= Beginning of Section =

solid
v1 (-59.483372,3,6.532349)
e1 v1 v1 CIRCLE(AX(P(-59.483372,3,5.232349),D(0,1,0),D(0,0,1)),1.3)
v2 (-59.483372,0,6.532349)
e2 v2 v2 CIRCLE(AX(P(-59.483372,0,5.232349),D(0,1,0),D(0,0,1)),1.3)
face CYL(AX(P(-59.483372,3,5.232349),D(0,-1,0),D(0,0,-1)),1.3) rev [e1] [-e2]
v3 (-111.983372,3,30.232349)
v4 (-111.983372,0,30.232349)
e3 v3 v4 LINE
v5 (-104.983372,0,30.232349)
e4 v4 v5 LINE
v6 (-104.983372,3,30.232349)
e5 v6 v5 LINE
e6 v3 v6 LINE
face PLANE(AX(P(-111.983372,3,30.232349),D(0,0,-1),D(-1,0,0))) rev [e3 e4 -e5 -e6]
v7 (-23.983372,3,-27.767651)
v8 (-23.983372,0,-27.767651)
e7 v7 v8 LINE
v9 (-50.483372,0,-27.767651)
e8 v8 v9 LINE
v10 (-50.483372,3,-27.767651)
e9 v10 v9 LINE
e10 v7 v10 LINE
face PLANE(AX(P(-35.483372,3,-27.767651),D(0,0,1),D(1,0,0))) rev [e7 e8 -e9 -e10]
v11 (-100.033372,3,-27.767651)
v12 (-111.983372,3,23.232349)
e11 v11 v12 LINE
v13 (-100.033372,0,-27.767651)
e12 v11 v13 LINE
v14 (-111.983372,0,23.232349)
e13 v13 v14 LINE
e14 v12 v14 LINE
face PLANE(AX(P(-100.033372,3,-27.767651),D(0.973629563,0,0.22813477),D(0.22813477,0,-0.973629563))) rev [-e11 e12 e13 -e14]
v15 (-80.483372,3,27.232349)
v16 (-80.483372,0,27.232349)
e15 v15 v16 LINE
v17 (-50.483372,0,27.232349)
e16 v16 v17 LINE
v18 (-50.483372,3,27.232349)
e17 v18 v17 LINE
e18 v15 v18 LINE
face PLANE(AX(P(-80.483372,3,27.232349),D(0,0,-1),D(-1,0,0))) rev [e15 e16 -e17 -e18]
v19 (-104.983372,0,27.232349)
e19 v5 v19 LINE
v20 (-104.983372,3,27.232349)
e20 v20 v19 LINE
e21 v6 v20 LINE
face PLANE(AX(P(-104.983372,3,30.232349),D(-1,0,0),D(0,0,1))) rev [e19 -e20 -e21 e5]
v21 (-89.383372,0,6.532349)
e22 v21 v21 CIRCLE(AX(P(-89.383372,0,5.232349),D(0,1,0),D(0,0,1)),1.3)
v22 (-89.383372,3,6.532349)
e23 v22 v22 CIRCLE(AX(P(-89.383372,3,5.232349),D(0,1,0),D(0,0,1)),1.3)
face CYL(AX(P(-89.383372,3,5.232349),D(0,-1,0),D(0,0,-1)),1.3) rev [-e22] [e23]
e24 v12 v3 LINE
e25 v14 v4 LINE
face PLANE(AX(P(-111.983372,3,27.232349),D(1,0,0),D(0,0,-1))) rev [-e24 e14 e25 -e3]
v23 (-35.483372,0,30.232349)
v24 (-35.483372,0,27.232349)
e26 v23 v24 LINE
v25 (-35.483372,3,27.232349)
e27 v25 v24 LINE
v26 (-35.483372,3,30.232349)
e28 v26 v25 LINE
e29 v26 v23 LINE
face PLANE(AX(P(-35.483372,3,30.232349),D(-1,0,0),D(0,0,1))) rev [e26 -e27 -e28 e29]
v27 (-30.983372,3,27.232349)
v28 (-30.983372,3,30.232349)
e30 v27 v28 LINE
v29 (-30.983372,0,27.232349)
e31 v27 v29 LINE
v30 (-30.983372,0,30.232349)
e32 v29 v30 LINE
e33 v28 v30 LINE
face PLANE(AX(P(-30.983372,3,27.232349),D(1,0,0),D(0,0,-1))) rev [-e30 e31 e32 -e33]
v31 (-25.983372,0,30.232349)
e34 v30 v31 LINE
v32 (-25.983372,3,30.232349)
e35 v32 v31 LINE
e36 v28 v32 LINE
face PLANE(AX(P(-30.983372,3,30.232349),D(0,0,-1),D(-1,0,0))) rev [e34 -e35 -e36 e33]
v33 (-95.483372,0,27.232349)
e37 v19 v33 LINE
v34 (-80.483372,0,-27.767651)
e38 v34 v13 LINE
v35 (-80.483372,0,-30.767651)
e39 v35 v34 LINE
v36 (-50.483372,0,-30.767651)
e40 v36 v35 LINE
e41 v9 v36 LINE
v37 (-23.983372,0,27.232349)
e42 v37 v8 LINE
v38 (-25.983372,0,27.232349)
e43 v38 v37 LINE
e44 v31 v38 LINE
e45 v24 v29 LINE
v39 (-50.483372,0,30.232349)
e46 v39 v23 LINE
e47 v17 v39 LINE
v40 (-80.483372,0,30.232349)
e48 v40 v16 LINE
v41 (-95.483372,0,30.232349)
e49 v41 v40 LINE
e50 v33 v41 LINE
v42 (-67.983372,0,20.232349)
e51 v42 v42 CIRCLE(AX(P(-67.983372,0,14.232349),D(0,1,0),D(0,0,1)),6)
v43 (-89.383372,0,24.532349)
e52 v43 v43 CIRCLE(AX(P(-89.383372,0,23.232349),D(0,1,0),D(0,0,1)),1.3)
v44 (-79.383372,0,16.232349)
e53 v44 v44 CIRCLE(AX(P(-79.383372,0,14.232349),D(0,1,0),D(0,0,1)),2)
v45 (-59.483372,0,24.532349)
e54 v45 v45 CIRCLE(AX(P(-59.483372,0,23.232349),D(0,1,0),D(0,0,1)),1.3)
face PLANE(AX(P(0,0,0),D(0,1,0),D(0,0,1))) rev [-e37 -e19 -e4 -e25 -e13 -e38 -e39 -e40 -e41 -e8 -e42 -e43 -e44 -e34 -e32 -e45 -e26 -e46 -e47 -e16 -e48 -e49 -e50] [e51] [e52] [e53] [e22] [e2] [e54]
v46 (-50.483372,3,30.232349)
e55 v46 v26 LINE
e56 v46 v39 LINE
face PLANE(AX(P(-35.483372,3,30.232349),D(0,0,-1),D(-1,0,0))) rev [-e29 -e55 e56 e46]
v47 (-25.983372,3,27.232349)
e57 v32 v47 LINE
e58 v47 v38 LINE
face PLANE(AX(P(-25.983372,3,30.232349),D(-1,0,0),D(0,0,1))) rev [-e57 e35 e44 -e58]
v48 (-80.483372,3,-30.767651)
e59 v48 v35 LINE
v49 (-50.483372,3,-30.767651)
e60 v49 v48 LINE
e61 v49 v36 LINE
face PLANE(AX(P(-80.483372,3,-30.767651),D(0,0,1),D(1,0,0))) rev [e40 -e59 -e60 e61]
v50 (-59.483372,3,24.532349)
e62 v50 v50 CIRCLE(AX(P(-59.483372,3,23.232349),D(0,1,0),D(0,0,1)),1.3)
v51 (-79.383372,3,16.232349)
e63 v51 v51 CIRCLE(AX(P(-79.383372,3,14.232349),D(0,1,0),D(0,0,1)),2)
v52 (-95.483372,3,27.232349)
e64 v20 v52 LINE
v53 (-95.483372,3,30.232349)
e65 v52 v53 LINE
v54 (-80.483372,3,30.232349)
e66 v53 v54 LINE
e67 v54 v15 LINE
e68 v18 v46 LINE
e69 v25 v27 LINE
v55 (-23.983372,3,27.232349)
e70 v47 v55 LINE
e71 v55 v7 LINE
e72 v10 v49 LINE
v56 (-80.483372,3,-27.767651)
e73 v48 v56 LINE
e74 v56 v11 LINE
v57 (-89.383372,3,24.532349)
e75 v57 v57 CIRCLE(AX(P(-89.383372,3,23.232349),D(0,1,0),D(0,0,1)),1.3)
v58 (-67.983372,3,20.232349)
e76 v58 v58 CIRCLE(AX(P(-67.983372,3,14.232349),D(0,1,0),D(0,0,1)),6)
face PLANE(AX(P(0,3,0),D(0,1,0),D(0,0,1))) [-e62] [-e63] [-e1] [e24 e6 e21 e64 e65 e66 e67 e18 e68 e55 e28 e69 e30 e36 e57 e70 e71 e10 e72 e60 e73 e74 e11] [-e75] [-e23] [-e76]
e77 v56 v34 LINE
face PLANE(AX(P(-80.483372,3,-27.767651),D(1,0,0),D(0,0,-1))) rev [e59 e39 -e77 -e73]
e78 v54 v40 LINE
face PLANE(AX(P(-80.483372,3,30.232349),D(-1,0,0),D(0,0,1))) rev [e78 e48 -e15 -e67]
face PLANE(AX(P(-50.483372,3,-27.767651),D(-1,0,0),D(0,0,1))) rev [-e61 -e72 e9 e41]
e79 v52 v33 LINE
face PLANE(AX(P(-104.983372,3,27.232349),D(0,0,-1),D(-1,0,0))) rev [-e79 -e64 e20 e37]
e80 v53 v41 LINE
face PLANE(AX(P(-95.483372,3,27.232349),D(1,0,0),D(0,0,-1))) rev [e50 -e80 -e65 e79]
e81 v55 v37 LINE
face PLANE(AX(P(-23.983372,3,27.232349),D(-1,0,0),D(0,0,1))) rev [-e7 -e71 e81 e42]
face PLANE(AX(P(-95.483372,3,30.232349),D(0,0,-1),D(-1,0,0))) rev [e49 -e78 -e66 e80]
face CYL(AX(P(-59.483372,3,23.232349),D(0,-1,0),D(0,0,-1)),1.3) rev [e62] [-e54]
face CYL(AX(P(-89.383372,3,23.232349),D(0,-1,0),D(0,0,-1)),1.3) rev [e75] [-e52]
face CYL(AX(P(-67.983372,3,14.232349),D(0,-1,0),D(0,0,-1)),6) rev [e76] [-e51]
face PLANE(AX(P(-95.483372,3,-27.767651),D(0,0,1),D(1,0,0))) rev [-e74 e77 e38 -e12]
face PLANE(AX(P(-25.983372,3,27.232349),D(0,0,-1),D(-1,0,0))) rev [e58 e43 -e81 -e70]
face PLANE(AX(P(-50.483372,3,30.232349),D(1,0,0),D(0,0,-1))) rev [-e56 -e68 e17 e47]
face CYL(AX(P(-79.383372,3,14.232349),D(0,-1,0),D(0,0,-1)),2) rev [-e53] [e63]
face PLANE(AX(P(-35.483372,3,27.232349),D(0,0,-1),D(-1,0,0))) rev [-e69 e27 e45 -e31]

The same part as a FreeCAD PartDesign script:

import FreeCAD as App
import Part
import Sketcher

V = App.Vector
Q = App.Units.Quantity

doc = App.newDocument("Part")
body = doc.addObject("PartDesign::Body", "Body")

sketch1 = body.newObject("Sketcher::SketchObject", "Sketch")
sketch1.AttachmentSupport = (doc.getObject("XZ_Plane"), [""])
sketch1.MapMode = "FlatFace"
sketch1.addGeometry(Part.LineSegment(V(-80.483372, -27.767651, 0), V(-100.033372, -27.767651, 0)), False)
sketch1.addGeometry(Part.LineSegment(V(-100.033372, -27.767651, 0), V(-111.983372, 23.232349, 0)), False)
sketch1.addGeometry(Part.LineSegment(V(-111.983372, 23.232349, 0), V(-111.983372, 30.232349, 0)), False)
sketch1.addGeometry(Part.LineSegment(V(-111.983372, 30.232349, 0), V(-104.983372, 30.232349, 0)), False)
sketch1.addGeometry(Part.LineSegment(V(-104.983372, 30.232349, 0), V(-104.983372, 27.232349, 0)), False)
sketch1.addGeometry(Part.LineSegment(V(-104.983372, 27.232349, 0), V(-95.483372, 27.232349, 0)), False)
sketch1.addGeometry(Part.LineSegment(V(-95.483372, 27.232349, 0), V(-95.483372, 30.232349, 0)), False)
sketch1.addGeometry(Part.LineSegment(V(-95.483372, 30.232349, 0), V(-80.483372, 30.232349, 0)), False)
sketch1.addGeometry(Part.LineSegment(V(-80.483372, 30.232349, 0), V(-80.483372, 27.232349, 0)), False)
sketch1.addGeometry(Part.LineSegment(V(-80.483372, 27.232349, 0), V(-50.483372, 27.232349, 0)), False)
sketch1.addGeometry(Part.LineSegment(V(-50.483372, 27.232349, 0), V(-50.483372, 30.232349, 0)), False)
sketch1.addGeometry(Part.LineSegment(V(-50.483372, 30.232349, 0), V(-35.483372, 30.232349, 0)), False)
sketch1.addGeometry(Part.LineSegment(V(-35.483372, 30.232349, 0), V(-35.483372, 27.232349, 0)), False)
sketch1.addGeometry(Part.LineSegment(V(-35.483372, 27.232349, 0), V(-30.983372, 27.232349, 0)), False)
sketch1.addGeometry(Part.LineSegment(V(-30.983372, 27.232349, 0), V(-30.983372, 30.232349, 0)), False)
sketch1.addGeometry(Part.LineSegment(V(-30.983372, 30.232349, 0), V(-25.983372, 30.232349, 0)), False)
sketch1.addGeometry(Part.LineSegment(V(-25.983372, 30.232349, 0), V(-25.983372, 27.232349, 0)), False)
sketch1.addGeometry(Part.LineSegment(V(-25.983372, 27.232349, 0), V(-23.983372, 27.232349, 0)), False)
sketch1.addGeometry(Part.LineSegment(V(-23.983372, 27.232349, 0), V(-23.983372, -27.767651, 0)), False)
sketch1.addGeometry(Part.LineSegment(V(-23.983372, -27.767651, 0), V(-50.483372, -27.767651, 0)), False)
sketch1.addGeometry(Part.LineSegment(V(-50.483372, -27.767651, 0), V(-50.483372, -30.767651, 0)), False)
sketch1.addGeometry(Part.LineSegment(V(-50.483372, -30.767651, 0), V(-80.483372, -30.767651, 0)), False)
sketch1.addGeometry(Part.LineSegment(V(-80.483372, -30.767651, 0), V(-80.483372, -27.767651, 0)), False)
sketch1.addGeometry(Part.Circle(V(-59.483372, 23.232349, 0), V(0, 0, 1), 1.3), False)
sketch1.addGeometry(Part.Circle(V(-89.383372, 23.232349, 0), V(0, 0, 1), 1.3), False)
sketch1.addGeometry(Part.Circle(V(-67.983372, 14.232349, 0), V(0, 0, 1), 6), False)
sketch1.addGeometry(Part.Circle(V(-59.483372, 5.232349, 0), V(0, 0, 1), 1.3), False)
sketch1.addGeometry(Part.Circle(V(-79.383372, 14.232349, 0), V(0, 0, 1), 2), False)
sketch1.addGeometry(Part.Circle(V(-89.383372, 5.232349, 0), V(0, 0, 1), 1.3), False)
sketch1.addConstraint(Sketcher.Constraint("Coincident", 0, 2, 1, 1))
sketch1.addConstraint(Sketcher.Constraint("Coincident", 1, 2, 2, 1))
sketch1.addConstraint(Sketcher.Constraint("Coincident", 2, 2, 3, 1))
sketch1.addConstraint(Sketcher.Constraint("Coincident", 3, 2, 4, 1))
sketch1.addConstraint(Sketcher.Constraint("Coincident", 4, 2, 5, 1))
sketch1.addConstraint(Sketcher.Constraint("Coincident", 5, 2, 6, 1))
sketch1.addConstraint(Sketcher.Constraint("Coincident", 6, 2, 7, 1))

= End of Section =

Give back the records above exactly, limited to the lines between the one holding "e15 v15 v16 LINE" and the one holding "e36 v28 v32 LINE", inclusive.

## The completed task
e15 v15 v16 LINE
v17 (-50.483372,0,27.232349)
e16 v16 v17 LINE
v18 (-50.483372,3,27.232349)
e17 v18 v17 LINE
e18 v15 v18 LINE
face PLANE(AX(P(-80.483372,3,27.232349),D(0,0,-1),D(-1,0,0))) rev [e15 e16 -e17 -e18]
v19 (-104.983372,0,27.232349)
e19 v5 v19 LINE
v20 (-104.983372,3,27.232349)
e20 v20 v19 LINE
e21 v6 v20 LINE
face PLANE(AX(P(-104.983372,3,30.232349),D(-1,0,0),D(0,0,1))) rev [e19 -e20 -e21 e5]
v21 (-89.383372,0,6.532349)
e22 v21 v21 CIRCLE(AX(P(-89.383372,0,5.232349),D(0,1,0),D(0,0,1)),1.3)
v22 (-89.383372,3,6.532349)
e23 v22 v22 CIRCLE(AX(P(-89.383372,3,5.232349),D(0,1,0),D(0,0,1)),1.3)
face CYL(AX(P(-89.383372,3,5.232349),D(0,-1,0),D(0,0,-1)),1.3) rev [-e22] [e23]
e24 v12 v3 LINE
e25 v14 v4 LINE
face PLANE(AX(P(-111.983372,3,27.232349),D(1,0,0),D(0,0,-1))) rev [-e24 e14 e25 -e3]
v23 (-35.483372,0,30.232349)
v24 (-35.483372,0,27.232349)
e26 v23 v24 LINE
v25 (-35.483372,3,27.232349)
e27 v25 v24 LINE
v26 (-35.483372,3,30.232349)
e28 v26 v25 LINE
e29 v26 v23 LINE
face PLANE(AX(P(-35.483372,3,30.232349),D(-1,0,0),D(0,0,1))) rev [e26 -e27 -e28 e29]
v27 (-30.983372,3,27.232349)
v28 (-30.983372,3,30.232349)
e30 v27 v28 LINE
v29 (-30.983372,0,27.232349)
e31 v27 v29 LINE
v30 (-30.983372,0,30.232349)
e32 v29 v30 LINE
e33 v28 v30 LINE
face PLANE(AX(P(-30.983372,3,27.232349),D(1,0,0),D(0,0,-1))) rev [-e30 e31 e32 -e33]
v31 (-25.983372,0,30.232349)
e34 v30 v31 LINE
v32 (-25.983372,3,30.232349)
e35 v32 v31 LINE
e36 v28 v32 LINE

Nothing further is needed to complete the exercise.